— TASK STATEMENT —
Of all the lines below, output only those starting at the one with "f 107 90 88" and ending at the one with "f 86 152 150", both ends included, exactly as written.

=== ENTRIES SUPPLIED ===

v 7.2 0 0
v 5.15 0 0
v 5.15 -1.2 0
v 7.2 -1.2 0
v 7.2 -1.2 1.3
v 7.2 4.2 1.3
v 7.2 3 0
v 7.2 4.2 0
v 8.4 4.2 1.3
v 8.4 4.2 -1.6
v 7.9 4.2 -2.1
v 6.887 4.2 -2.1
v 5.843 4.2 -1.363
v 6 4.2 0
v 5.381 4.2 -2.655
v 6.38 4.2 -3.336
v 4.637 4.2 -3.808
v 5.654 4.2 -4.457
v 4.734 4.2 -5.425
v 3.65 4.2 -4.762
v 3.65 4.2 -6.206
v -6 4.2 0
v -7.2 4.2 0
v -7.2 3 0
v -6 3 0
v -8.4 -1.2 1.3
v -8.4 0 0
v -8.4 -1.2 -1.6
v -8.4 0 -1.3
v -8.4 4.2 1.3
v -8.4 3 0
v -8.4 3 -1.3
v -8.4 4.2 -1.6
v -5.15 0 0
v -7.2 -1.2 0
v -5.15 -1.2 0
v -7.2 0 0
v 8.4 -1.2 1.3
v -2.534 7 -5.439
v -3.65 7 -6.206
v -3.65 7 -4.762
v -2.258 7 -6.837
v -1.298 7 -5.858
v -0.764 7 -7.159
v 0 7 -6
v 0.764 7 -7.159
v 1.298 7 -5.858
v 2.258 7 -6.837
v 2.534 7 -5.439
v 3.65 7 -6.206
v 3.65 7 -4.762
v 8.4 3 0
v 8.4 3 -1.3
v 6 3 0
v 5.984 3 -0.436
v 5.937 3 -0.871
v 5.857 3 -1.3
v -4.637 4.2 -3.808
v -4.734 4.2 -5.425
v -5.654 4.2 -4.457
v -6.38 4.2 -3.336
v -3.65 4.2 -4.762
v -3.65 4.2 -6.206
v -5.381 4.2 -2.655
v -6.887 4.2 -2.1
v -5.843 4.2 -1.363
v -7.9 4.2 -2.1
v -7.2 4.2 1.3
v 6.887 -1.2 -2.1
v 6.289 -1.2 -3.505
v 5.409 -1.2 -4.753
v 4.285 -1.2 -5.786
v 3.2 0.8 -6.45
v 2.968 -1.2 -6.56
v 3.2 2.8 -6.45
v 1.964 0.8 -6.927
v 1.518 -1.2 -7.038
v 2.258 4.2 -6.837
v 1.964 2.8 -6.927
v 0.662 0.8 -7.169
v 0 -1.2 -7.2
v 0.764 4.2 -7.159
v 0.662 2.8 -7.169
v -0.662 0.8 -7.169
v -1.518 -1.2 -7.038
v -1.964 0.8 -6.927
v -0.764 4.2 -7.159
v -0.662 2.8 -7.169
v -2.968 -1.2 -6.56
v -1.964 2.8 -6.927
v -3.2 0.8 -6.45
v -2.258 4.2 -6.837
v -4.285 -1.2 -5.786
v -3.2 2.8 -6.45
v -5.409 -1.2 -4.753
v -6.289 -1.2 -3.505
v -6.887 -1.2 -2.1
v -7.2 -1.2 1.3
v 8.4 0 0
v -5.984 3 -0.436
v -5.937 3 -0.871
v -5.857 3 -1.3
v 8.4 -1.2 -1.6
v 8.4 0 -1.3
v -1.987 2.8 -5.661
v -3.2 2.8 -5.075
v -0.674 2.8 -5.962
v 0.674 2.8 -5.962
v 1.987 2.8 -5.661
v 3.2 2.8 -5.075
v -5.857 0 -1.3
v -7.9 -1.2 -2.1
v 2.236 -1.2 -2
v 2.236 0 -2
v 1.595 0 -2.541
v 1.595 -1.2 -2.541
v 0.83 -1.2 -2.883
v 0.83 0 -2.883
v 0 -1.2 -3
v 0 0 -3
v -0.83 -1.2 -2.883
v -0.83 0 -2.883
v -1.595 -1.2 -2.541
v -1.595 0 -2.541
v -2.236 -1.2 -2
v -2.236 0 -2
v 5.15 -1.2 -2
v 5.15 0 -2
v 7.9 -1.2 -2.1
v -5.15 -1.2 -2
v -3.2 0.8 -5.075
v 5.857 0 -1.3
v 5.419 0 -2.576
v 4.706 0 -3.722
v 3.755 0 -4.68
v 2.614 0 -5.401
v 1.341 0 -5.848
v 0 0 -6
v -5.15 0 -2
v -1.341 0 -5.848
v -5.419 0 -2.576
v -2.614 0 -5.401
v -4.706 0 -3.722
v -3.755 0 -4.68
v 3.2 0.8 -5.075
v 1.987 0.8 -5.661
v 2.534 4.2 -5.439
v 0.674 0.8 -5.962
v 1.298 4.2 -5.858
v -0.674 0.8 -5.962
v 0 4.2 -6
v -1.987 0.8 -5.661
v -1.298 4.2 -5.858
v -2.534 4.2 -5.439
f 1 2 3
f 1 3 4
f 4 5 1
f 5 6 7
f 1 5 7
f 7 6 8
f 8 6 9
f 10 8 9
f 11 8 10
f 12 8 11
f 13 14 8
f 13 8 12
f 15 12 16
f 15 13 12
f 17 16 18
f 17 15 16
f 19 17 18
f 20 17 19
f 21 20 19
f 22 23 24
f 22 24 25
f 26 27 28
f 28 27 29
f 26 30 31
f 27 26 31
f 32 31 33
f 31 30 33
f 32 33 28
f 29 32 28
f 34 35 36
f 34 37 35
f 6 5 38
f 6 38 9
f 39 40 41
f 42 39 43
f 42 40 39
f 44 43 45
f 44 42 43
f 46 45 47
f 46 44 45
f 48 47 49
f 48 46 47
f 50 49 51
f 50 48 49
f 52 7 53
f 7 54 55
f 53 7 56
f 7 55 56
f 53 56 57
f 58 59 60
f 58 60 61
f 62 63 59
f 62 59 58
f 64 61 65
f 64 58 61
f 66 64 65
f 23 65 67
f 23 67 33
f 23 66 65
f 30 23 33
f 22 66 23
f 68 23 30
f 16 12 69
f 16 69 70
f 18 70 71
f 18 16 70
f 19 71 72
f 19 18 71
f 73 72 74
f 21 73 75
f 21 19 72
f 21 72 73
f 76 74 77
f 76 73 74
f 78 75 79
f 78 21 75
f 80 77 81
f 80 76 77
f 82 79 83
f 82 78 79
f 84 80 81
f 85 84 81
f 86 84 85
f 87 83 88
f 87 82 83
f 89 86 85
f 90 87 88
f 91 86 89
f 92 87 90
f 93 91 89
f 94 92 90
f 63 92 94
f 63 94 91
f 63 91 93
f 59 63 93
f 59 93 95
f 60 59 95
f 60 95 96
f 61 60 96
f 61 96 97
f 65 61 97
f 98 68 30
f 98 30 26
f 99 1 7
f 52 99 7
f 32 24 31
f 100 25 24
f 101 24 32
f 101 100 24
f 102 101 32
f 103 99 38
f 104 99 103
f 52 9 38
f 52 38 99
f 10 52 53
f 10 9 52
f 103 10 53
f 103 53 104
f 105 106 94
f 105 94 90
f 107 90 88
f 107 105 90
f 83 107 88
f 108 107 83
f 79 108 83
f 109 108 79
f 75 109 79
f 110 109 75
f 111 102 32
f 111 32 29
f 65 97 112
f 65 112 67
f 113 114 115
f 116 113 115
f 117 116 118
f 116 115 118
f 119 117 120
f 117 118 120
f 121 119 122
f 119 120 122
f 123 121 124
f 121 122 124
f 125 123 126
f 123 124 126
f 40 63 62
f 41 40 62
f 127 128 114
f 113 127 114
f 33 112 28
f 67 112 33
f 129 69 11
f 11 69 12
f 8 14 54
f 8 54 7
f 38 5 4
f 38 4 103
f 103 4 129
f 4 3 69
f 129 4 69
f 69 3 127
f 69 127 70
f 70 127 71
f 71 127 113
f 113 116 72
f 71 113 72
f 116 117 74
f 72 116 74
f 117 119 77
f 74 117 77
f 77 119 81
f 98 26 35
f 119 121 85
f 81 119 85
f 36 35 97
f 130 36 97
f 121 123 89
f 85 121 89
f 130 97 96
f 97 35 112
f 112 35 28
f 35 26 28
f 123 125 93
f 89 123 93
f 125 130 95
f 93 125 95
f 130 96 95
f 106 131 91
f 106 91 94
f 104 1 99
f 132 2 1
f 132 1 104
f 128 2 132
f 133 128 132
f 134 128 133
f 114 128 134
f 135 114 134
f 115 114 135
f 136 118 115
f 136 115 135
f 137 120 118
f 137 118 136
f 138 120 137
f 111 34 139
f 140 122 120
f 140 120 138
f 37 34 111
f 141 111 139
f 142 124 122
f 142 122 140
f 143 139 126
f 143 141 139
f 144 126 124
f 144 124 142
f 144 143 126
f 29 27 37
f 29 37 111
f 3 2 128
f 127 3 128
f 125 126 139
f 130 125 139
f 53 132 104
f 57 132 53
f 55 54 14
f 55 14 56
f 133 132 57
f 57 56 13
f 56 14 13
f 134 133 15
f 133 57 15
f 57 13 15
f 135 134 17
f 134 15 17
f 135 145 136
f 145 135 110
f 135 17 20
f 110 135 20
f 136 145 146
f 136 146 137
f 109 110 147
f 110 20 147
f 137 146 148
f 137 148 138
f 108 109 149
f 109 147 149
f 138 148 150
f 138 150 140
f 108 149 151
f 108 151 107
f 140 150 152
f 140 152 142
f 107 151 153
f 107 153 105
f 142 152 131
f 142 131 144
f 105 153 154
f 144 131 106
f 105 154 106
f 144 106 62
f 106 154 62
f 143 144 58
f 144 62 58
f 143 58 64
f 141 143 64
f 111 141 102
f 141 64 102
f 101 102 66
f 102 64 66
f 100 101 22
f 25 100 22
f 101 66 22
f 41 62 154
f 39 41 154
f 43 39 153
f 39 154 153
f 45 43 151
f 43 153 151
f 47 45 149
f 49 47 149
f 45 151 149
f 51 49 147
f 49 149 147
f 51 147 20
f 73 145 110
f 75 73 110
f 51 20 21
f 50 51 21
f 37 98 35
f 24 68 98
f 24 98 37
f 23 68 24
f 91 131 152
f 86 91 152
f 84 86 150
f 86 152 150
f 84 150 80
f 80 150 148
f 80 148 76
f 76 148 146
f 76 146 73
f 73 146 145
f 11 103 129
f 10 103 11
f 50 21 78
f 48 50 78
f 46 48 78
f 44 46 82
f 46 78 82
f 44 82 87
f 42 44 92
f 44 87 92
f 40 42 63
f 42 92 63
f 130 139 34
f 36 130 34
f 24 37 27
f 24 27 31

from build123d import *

# Parameters (mm, degrees)
SKETCH1_W                 = 6
SKETCH1_H                 = 1.2
SKETCH1_W_2               = 1.2
SKETCH1_H_2               = 4.2
REVOLVE1_ANGLE            = 180
REVOLVE2_START            = 4.2
REVOLVE2_DEPTH            = 2.8
SKETCH4_W                 = 6.4
SKETCH4_H                 = 2
CUT_EXTRUDE1_DEPTH        = 10
CUT_EXTRUDE2_DEPTH        = 10
BOSS_EXTRUDE6_DEPTH       = 1.2
SKETCH12_W                = 2
SKETCH12_H                = 2.1
BOSS_EXTRUDE15_DEPTH      = 5.4
SKETCH13_W                = 1.3
SKETCH13_H                = 3
CUT_EXTRUDE4_DEPTH        = 4
CUT_EXTRUDE5_DEPTH        = 4
CUT_EXTRUDE5_DEPTH_BACK   = 4
SKETCH14_W                = 1.3
SKETCH14_H                = 3
BOSS_EXTRUDE16_DEPTH      = 2.3
BOSS_EXTRUDE16_DEPTH_BACK = 0.1
SKETCH15_W                = 3.4
SKETCH15_H                = 5.4
SKETCH15_W_2              = 1.3
SKETCH15_H_2              = 3
SKETCH16_W                = 1.2
SKETCH16_H                = 1.3
CUT_EXTRUDE6_DEPTH        = 13.310970717
CHAMFER2_SIZE             = 0.5


# Read off the part's stored shape, not the designer's step: Revolve2
with BuildPart() as part:
    # Sketch1 → Revolve1 (revolve)
    with BuildSketch(Plane.XY):
        with Locations((3, -0.6)):
            Rectangle(SKETCH1_W, SKETCH1_H)
        with Locations((6.6, -0.6)):
            Rectangle(SKETCH1_W_2, SKETCH1_H)
        with Locations((6.6, 2.1)):
            Rectangle(SKETCH1_W_2, SKETCH1_H_2)
    revolve(axis=Axis((0, -1.2, 0), (0, 1, 0)), revolution_arc=REVOLVE1_ANGLE)

    # Revolve2 outline → Revolve2 (add)
    with BuildSketch(Plane(origin=(0, 0, 0), x_dir=(1, 0, 0), z_dir=(0, 1, 0)).offset(REVOLVE2_START)):
        with BuildLine():
            ThreePointArc((3.65, 6.206246853), (0, 7.2), (-3.65, 6.206246853))
            Line((-3.65, 6.206246853), (-3.65, 4.762089877))
            ThreePointArc((-3.65, 4.762089877), (0, 6), (3.65, 4.762089877))
            Line((3.65, 4.762089877), (3.65, 6.206246853))
        make_face()
    extrude(amount=REVOLVE2_DEPTH)

    # Sketch4 → Cut-Extrude1 (cut)
    with BuildSketch(Plane.XY):
        with Locations((0, 1.8)):
            Rectangle(SKETCH4_W, SKETCH4_H)
    extrude(amount=-CUT_EXTRUDE1_DEPTH, mode=Mode.SUBTRACT)

    # Sketch5 → Cut-Extrude2 (cut)
    with BuildSketch(Plane(origin=(0, 0, 0), x_dir=(1, 0, 0), z_dir=(0, 1, 0))):
        with BuildLine():
            Line((-5.15, 2), (-5.15, 0))
            Line((-5.15, 0), (-3, 0))
            ThreePointArc((-3, 0), (-2.802517077, 1.070466269), (-2.236067977, 2))
            Line((-2.236067977, 2), (-5.15, 2))
        make_face()
        with BuildLine():
            ThreePointArc((-2.236067977, 2), (-2.802517077, 1.070466269), (-3, 0))
            Line((-3, 0), (3, 0))
            ThreePointArc((3, 0), (2.802517077, 1.070466269), (2.236067977, 2))
            Line((2.236067977, 2), (-2.236067977, 2))
        make_face()
        with BuildLine():
            Line((-5.15, 0), (-5.15, -2))
            Line((-5.15, -2), (-2.236067977, -2))
            ThreePointArc((-2.236067977, -2), (-2.802517077, -1.070466269), (-3, 0))
            Line((-3, 0), (-5.15, 0))
        make_face()
        with BuildLine():
            ThreePointArc((-3, 0), (-2.802517077, -1.070466269), (-2.236067977, -2))
            Line((-2.236067977, -2), (2.236067977, -2))
            ThreePointArc((2.236067977, -2), (2.802517077, -1.070466269), (3, 0))
            Line((3, 0), (-3, 0))
        make_face()
        with BuildLine():
            ThreePointArc((2.236067977, 2), (0, 3), (-2.236067977, 2))
            Line((-2.236067977, 2), (2.236067977, 2))
        make_face()
        with BuildLine():
            ThreePointArc((2.236067977, 2), (2.802517077, 1.070466269), (3, 0))
            Line((3, 0), (5.15, 0))
            Line((5.15, 0), (5.15, 2))
            Line((5.15, 2), (2.236067977, 2))
        make_face()
        with BuildLine():
            ThreePointArc((3, 0), (2.802517077, -1.070466269), (2.236067977, -2))
            Line((2.236067977, -2), (5.15, -2))
            Line((5.15, -2), (5.15, 0))
            Line((5.15, 0), (3, 0))
        make_face()
    extrude(amount=-CUT_EXTRUDE2_DEPTH, mode=Mode.SUBTRACT)



with BuildPart() as body_2:
    # Sketch9 → Boss-Extrude6 (new body)
    with BuildSketch(Plane(origin=(-7.2, 0, 0), x_dir=(0, 0, -1), z_dir=(1, 0, 0))):
        Polygon((2.1, -1.2), (2.1, 4.2), (0, 4.2), (0, 3), (1.3, 3), (1.3, 0), (0, 0), (0, -1.2), align=None)
        Polygon((0, 3), (0, 4.2), (-1.3, 4.2), (-1.3, -1.2), (0, -1.2), (0, 0), align=None)
    extrude(amount=-BOSS_EXTRUDE6_DEPTH)


with BuildPart() as part_1:
    add(part.part)

    add(body_2.part)  # Boss-Extrude15 merges body 2
    # Sketch12 → Boss-Extrude15 (add)
    with BuildSketch(Plane(origin=(0, 4.2, 0), x_dir=(1, 0, 0), z_dir=(0, 1, 0))):
        with Locations((-7, 1.05)):
            Rectangle(SKETCH12_W, SKETCH12_H)
    extrude(amount=-BOSS_EXTRUDE15_DEPTH)

    # Sketch13 → Cut-Extrude4 (cut)
    with BuildSketch(Plane.ZY.offset(8.4)):
        with Locations((-0.65, 1.5)):
            Rectangle(SKETCH13_W, SKETCH13_H)
    extrude(amount=-CUT_EXTRUDE4_DEPTH, mode=Mode.SUBTRACT)

    # Sketch14 → Cut-Extrude5 (cut, two sides: drawn at the far end of the back side and taken through both)
    with BuildSketch(Plane(origin=(6.1, 0, 0), x_dir=(0, 0, -1), z_dir=(1, 0, 0)).offset(-CUT_EXTRUDE5_DEPTH_BACK)):
        with Locations((0.65, 1.5)):
            Rectangle(SKETCH14_W, SKETCH14_H)
    extrude(amount=CUT_EXTRUDE5_DEPTH + CUT_EXTRUDE5_DEPTH_BACK, mode=Mode.SUBTRACT)

    # Sketch15 → Boss-Extrude16 (add, two sides: drawn at the far end of the back side and taken through both)
    with BuildSketch(Plane(origin=(6.1, 0, 0), x_dir=(0, 0, -1), z_dir=(1, 0, 0)).offset(-BOSS_EXTRUDE16_DEPTH_BACK)):
        with Locations((0.4, 1.5)):
            Rectangle(SKETCH15_W, SKETCH15_H)
        with Locations((0.65, 1.5)):
            Rectangle(SKETCH15_W_2, SKETCH15_H_2, mode=Mode.SUBTRACT)
    extrude(amount=BOSS_EXTRUDE16_DEPTH + BOSS_EXTRUDE16_DEPTH_BACK)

===

— RESULT FOR THIS EXERCISE —
f 107 90 88
f 107 105 90
f 83 107 88
f 108 107 83
f 79 108 83
f 109 108 79
f 75 109 79
f 110 109 75
f 111 102 32
f 111 32 29
f 65 97 112
f 65 112 67
f 113 114 115
f 116 113 115
f 117 116 118
f 116 115 118
f 119 117 120
f 117 118 120
f 121 119 122
f 119 120 122
f 123 121 124
f 121 122 124
f 125 123 126
f 123 124 126
f 40 63 62
f 41 40 62
f 127 128 114
f 113 127 114
f 33 112 28
f 67 112 33
f 129 69 11
f 11 69 12
f 8 14 54
f 8 54 7
f 38 5 4
f 38 4 103
f 103 4 129
f 4 3 69
f 129 4 69
f 69 3 127
f 69 127 70
f 70 127 71
f 71 127 113
f 113 116 72
f 71 113 72
f 116 117 74
f 72 116 74
f 117 119 77
f 74 117 77
f 77 119 81
f 98 26 35
f 119 121 85
f 81 119 85
f 36 35 97
f 130 36 97
f 121 123 89
f 85 121 89
f 130 97 96
f 97 35 112
f 112 35 28
f 35 26 28
f 123 125 93
f 89 123 93
f 125 130 95
f 93 125 95
f 130 96 95
f 106 131 91
f 106 91 94
f 104 1 99
f 132 2 1
f 132 1 104
f 128 2 132
f 133 128 132
f 134 128 133
f 114 128 134
f 135 114 134
f 115 114 135
f 136 118 115
f 136 115 135
f 137 120 118
f 137 118 136
f 138 120 137
f 111 34 139
f 140 122 120
f 140 120 138
f 37 34 111
f 141 111 139
f 142 124 122
f 142 122 140
f 143 139 126
f 143 141 139
f 144 126 124
f 144 124 142
f 144 143 126
f 29 27 37
f 29 37 111
f 3 2 128
f 127 3 128
f 125 126 139
f 130 125 139
f 53 132 104
f 57 132 53
f 55 54 14
f 55 14 56
f 133 132 57
f 57 56 13
f 56 14 13
f 134 133 15
f 133 57 15
f 57 13 15
f 135 134 17
f 134 15 17
f 135 145 136
f 145 135 110
f 135 17 20
f 110 135 20
f 136 145 146
f 136 146 137
f 109 110 147
f 110 20 147
f 137 146 148
f 137 148 138
f 108 109 149
f 109 147 149
f 138 148 150
f 138 150 140
f 108 149 151
f 108 151 107
f 140 150 152
f 140 152 142
f 107 151 153
f 107 153 105
f 142 152 131
f 142 131 144
f 105 153 154
f 144 131 106
f 105 154 106
f 144 106 62
f 106 154 62
f 143 144 58
f 144 62 58
f 143 58 64
f 141 143 64
f 111 141 102
f 141 64 102
f 101 102 66
f 102 64 66
f 100 101 22
f 25 100 22
f 101 66 22
f 41 62 154
f 39 41 154
f 43 39 153
f 39 154 153
f 45 43 151
f 43 153 151
f 47 45 149
f 49 47 149
f 45 151 149
f 51 49 147
f 49 149 147
f 51 147 20
f 73 145 110
f 75 73 110
f 51 20 21
f 50 51 21
f 37 98 35
f 24 68 98
f 24 98 37
f 23 68 24
f 91 131 152
f 86 91 152
f 84 86 150
f 86 152 150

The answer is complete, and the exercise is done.